The generator syntax is particularly attractive when results do not need to be stored in memory.


### Enumerate

This built-in function provides a convenient way to get an index when a sequence is used in a loop.

In [1]:
for  i, elem in enumerate(['one', 'two', 'three', 'four']):
    print(i, elem)

0 one
1 two
2 three
3 four


In [15]:
from math import sqrt

# Pythagorean Triples
#
mx = 10
legs = [(a, b, sqrt(a**2 + b**2)) 
        for a in range(1, mx)
        for b in range(a, mx)]

# filter out triples where the c "hypotenuse" isn't an integer
legs = list(filter(lambda t: t[2].is_integer(), legs))

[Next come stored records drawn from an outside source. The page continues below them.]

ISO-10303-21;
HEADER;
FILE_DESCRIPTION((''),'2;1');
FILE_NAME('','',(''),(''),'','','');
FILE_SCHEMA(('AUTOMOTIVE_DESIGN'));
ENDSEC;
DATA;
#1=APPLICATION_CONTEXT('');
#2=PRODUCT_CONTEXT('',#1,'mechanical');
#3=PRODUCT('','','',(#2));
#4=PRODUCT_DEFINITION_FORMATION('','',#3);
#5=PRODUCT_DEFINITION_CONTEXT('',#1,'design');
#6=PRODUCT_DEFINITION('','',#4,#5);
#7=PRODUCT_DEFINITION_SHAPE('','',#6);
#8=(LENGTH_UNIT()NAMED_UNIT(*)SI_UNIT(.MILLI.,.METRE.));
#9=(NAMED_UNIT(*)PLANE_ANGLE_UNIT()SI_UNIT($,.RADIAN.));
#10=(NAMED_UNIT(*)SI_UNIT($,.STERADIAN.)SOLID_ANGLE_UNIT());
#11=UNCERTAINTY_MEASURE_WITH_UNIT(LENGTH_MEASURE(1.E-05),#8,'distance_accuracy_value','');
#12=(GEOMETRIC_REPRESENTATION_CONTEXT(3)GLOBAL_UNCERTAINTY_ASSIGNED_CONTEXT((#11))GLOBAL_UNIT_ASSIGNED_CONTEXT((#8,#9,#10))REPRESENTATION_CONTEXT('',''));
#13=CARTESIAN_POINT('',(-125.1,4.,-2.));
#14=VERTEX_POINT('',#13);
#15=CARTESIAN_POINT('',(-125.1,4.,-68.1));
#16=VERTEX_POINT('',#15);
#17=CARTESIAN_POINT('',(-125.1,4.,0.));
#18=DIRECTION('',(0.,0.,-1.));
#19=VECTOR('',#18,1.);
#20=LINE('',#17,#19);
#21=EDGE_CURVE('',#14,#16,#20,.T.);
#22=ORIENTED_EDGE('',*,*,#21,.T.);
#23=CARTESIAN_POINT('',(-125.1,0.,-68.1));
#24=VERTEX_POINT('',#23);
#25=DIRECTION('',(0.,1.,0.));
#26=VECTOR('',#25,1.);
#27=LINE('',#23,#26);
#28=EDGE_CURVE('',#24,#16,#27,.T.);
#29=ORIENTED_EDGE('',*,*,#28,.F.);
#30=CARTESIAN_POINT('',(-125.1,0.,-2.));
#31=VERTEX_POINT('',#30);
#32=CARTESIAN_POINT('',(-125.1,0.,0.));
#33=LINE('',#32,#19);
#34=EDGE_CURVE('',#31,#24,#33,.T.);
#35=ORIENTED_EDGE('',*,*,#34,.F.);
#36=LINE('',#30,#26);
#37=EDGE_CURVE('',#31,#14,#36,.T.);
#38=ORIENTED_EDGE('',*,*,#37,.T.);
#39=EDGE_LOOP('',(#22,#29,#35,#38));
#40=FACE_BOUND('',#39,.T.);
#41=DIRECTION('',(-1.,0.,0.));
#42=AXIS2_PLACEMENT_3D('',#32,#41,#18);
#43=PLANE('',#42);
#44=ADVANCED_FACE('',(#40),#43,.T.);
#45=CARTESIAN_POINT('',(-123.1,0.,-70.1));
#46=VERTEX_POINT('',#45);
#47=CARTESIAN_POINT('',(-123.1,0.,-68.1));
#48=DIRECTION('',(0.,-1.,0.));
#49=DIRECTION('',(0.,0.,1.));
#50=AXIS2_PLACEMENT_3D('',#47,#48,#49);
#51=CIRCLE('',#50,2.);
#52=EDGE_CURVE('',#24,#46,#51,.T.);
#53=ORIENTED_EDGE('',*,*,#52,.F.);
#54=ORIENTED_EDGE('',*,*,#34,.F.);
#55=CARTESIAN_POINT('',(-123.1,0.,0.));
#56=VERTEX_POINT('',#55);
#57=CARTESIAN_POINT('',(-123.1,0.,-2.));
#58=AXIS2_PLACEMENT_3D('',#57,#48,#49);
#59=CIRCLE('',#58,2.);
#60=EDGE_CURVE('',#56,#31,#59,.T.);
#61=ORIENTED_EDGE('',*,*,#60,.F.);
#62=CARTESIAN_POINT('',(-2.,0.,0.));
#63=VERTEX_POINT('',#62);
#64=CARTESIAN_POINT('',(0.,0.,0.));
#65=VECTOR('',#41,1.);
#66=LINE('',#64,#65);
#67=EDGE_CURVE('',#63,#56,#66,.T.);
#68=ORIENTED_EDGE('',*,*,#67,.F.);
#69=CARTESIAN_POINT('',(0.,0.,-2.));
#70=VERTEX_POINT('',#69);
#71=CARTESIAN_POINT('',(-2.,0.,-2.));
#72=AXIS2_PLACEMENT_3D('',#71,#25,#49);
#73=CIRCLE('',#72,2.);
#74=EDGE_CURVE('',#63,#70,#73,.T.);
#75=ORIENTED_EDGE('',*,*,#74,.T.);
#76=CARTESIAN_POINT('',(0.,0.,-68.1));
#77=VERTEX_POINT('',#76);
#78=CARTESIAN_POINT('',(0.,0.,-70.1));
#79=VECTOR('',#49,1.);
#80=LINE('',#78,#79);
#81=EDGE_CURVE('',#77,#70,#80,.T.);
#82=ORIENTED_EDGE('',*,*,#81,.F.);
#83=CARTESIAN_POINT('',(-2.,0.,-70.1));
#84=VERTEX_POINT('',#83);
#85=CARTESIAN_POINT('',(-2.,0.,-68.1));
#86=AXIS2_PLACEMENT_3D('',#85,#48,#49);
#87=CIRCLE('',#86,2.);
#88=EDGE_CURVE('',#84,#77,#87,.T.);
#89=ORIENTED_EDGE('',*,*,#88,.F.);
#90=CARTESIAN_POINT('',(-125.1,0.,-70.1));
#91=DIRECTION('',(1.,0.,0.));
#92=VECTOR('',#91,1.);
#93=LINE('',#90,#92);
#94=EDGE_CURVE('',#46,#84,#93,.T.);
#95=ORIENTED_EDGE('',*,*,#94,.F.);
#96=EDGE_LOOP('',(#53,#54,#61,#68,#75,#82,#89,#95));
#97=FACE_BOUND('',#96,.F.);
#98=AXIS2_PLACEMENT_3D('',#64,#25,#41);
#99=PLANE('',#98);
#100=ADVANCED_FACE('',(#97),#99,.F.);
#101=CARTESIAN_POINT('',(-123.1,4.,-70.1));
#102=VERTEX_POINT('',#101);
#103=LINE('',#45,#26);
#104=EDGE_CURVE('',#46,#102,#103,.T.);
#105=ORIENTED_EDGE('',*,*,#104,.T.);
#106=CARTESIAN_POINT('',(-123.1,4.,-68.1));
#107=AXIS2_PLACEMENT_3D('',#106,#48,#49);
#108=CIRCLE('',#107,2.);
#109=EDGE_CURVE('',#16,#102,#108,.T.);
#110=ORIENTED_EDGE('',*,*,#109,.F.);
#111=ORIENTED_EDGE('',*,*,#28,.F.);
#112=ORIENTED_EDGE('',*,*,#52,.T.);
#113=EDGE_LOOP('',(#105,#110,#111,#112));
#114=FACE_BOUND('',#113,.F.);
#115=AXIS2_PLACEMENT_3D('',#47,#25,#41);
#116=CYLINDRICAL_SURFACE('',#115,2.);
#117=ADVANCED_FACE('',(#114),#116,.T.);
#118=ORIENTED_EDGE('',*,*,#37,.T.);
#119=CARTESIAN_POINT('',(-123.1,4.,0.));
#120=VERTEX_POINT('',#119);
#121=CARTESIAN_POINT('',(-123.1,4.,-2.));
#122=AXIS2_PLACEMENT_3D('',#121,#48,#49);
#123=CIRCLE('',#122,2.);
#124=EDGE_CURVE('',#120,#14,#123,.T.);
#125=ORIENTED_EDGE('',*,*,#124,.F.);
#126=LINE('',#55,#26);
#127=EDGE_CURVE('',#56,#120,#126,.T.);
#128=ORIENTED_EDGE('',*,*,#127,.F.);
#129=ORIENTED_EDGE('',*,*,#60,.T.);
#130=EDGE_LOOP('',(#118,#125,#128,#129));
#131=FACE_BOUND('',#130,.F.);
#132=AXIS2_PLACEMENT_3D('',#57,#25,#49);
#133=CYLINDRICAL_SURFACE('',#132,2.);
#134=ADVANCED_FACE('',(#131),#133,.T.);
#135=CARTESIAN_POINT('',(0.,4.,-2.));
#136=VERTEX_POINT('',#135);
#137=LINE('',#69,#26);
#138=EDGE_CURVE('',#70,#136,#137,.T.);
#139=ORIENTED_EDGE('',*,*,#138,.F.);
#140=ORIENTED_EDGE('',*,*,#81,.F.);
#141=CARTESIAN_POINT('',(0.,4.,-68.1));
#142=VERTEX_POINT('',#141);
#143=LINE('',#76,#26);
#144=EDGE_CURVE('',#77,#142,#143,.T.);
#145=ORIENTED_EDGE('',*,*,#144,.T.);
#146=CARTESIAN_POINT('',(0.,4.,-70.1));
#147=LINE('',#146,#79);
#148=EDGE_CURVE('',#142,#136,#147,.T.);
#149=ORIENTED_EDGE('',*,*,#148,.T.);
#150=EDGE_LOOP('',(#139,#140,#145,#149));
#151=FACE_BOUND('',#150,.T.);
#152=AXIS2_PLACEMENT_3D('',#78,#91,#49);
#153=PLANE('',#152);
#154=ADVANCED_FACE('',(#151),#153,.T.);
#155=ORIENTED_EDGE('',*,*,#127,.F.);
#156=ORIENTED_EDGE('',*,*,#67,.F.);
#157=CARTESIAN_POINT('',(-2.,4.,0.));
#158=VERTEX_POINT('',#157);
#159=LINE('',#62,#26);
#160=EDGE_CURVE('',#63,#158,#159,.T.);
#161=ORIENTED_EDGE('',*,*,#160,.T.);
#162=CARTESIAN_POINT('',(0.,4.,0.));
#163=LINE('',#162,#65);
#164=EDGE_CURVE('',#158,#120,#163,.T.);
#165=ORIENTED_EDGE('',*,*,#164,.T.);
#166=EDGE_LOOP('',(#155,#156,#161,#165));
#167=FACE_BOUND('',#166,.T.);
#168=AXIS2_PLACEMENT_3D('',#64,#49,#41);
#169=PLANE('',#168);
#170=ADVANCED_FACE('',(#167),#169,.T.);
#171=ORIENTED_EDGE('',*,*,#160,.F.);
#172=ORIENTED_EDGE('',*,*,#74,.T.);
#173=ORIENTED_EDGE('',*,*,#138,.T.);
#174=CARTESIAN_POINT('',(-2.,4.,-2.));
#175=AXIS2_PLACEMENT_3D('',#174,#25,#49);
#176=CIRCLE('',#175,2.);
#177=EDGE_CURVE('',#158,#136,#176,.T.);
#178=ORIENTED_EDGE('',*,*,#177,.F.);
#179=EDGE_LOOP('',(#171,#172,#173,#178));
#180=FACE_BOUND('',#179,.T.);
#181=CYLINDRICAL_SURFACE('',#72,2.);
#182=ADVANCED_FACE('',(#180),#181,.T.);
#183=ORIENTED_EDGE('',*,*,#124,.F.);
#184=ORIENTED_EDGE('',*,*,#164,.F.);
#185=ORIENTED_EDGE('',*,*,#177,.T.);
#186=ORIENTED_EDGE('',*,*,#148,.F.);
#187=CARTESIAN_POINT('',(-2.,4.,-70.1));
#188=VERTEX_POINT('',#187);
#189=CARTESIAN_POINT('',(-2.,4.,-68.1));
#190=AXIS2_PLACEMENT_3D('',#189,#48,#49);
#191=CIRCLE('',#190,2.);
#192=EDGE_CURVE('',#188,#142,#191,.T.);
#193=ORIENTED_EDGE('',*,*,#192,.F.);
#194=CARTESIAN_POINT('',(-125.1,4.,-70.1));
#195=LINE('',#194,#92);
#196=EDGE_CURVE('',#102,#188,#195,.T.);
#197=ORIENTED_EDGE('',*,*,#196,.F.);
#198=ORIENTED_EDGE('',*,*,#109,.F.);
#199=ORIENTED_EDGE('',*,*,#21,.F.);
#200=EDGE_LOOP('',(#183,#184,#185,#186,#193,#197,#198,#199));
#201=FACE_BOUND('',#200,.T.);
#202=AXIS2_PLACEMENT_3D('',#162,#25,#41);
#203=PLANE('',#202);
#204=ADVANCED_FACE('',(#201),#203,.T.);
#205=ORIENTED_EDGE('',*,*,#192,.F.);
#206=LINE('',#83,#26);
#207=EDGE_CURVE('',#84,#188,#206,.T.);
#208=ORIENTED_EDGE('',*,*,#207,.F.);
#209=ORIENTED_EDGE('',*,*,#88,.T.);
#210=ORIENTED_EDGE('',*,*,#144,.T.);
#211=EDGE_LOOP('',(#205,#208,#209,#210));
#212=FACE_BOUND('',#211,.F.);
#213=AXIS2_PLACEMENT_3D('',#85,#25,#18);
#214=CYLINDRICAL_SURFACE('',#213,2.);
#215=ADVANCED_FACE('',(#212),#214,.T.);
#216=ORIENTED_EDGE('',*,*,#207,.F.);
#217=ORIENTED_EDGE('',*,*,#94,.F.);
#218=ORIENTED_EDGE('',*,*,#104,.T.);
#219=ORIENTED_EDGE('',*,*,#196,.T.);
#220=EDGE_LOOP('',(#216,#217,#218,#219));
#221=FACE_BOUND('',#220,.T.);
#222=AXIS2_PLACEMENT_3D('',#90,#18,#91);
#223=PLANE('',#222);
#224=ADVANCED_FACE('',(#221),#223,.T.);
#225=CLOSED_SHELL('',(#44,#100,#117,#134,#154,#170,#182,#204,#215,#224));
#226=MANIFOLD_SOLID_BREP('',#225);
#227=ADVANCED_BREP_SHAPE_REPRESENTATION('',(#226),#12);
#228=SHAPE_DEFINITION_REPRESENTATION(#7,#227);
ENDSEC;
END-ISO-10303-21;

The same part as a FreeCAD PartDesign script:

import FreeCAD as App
import Part
import Sketcher


def edges_at(feature, points):
    """Names of the edges that pass closest to the given points."""
    edges = feature.Shape.Edges
    near = lambda p: min(range(len(edges)), key=lambda i: edges[i].distToShape(Part.Vertex(*p))[0])
    return sorted({f"Edge{near(p) + 1}" for p in points})

doc = App.newDocument("Part")
body = doc.addObject("PartDesign::Body", "Body")

# Sketch on XZ plane
sketch1 = body.newObject("Sketcher::SketchObject", "Sketch")
sketch1.AttachmentSupport = (doc.getObject("XZ_Plane"), [""])
sketch1.MapMode = "FlatFace"
sketch1.addGeometry([
    Part.LineSegment(App.Vector(-125.1, 0, 0), App.Vector(0, 0, 0)),
    Part.LineSegment(App.Vector(0, 0, 0), App.Vector(0, -70.1, 0)),
    Part.LineSegment(App.Vector(0, -70.1, 0), App.Vector(-125.1, -70.1, 0)),
    Part.LineSegment(App.Vector(-125.1, -70.1, 0), App.Vector(-125.1, 0, 0)),
], False)
sketch1.addConstraint([
    Sketcher.Constraint("Coincident", 0, 2, 1, 1),
    Sketcher.Constraint("Coincident", 1, 2, 2, 1),
    Sketcher.Constraint("Coincident", 2, 2, 3, 1),
    Sketcher.Constraint("Coincident", 3, 2, 0, 1),
    Sketcher.Constraint("Horizontal", 0),
    Sketcher.Constraint("Vertical", 1),
    Sketcher.Constraint("Horizontal", 2),
    Sketcher.Constraint("Vertical", 3),
    Sketcher.Constraint("Coincident", 0, 2, -1, 1),
    Sketcher.Constraint("DistanceX", 0, 1, 0, 2, 125.1),
    Sketcher.Constraint("DistanceY", 1, 2, 1, 1, 70.1),
])
pad1 = body.newObject("PartDesign::Pad", "Pad")
pad1.Profile = sketch1
pad1.Length = 4
pad1.Reversed = True
doc.recompute()

fillet = body.newObject("PartDesign::Fillet", "Fillet")
fillet.Base = (pad1, edges_at(pad1, [
    (-125.1, 2, 0),
    (-125.1, 2, -70.1),
    (0, 2, 0),
    (0, 2, -70.1),
]))
fillet.Radius = 2

doc.recompute()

# use list comprehension to combine filter/map in one clean list
legs = [(a, b, int(c)) for a, b, c in legs if c.is_integer()]

print(legs)

[(3, 4, 5), (6, 8, 10)]


##Dictionary and Set Comprehensions 

Work exactly like the list ones, only there is a little difference in the syntax.

In [17]:
# lettermap = {c: k for k, c in enumerate(ascii_lowercase, 1)}

In [19]:
# Dicts do not allows duplicates in the keys
# it simply re-assigns the last value assigned
#
word = 'Hello'
swaps = {c: c.swapcase() for c in word}
print(swaps)

{'H': 'h', 'e': 'E', 'l': 'L', 'o': 'O'}


In [20]:
# Sets also do not allow duplicates
ls1 = set(c for c in word)
ls2 = {c for c in word}
print(ls1)
print(ls2)
print(ls1 == ls2)

{'l', 'e', 'H', 'o'}
{'l', 'e', 'H', 'o'}
True


### Generators

Generator functions yield instead of returning results

* suspend and resume their state between calls. 
* automatically turned into their own iterators, yield one, suspend/resume, yield another...
* allow you to get/use computations one at a time, instead of waiting for every computation to complete before providing results. 
* sometimes the amount of data you have to iterate over is so huge that you cannot keep it all in memory in a list. 
* In this case, generators are invaluable: they make possible what wouldn't be possible otherwise.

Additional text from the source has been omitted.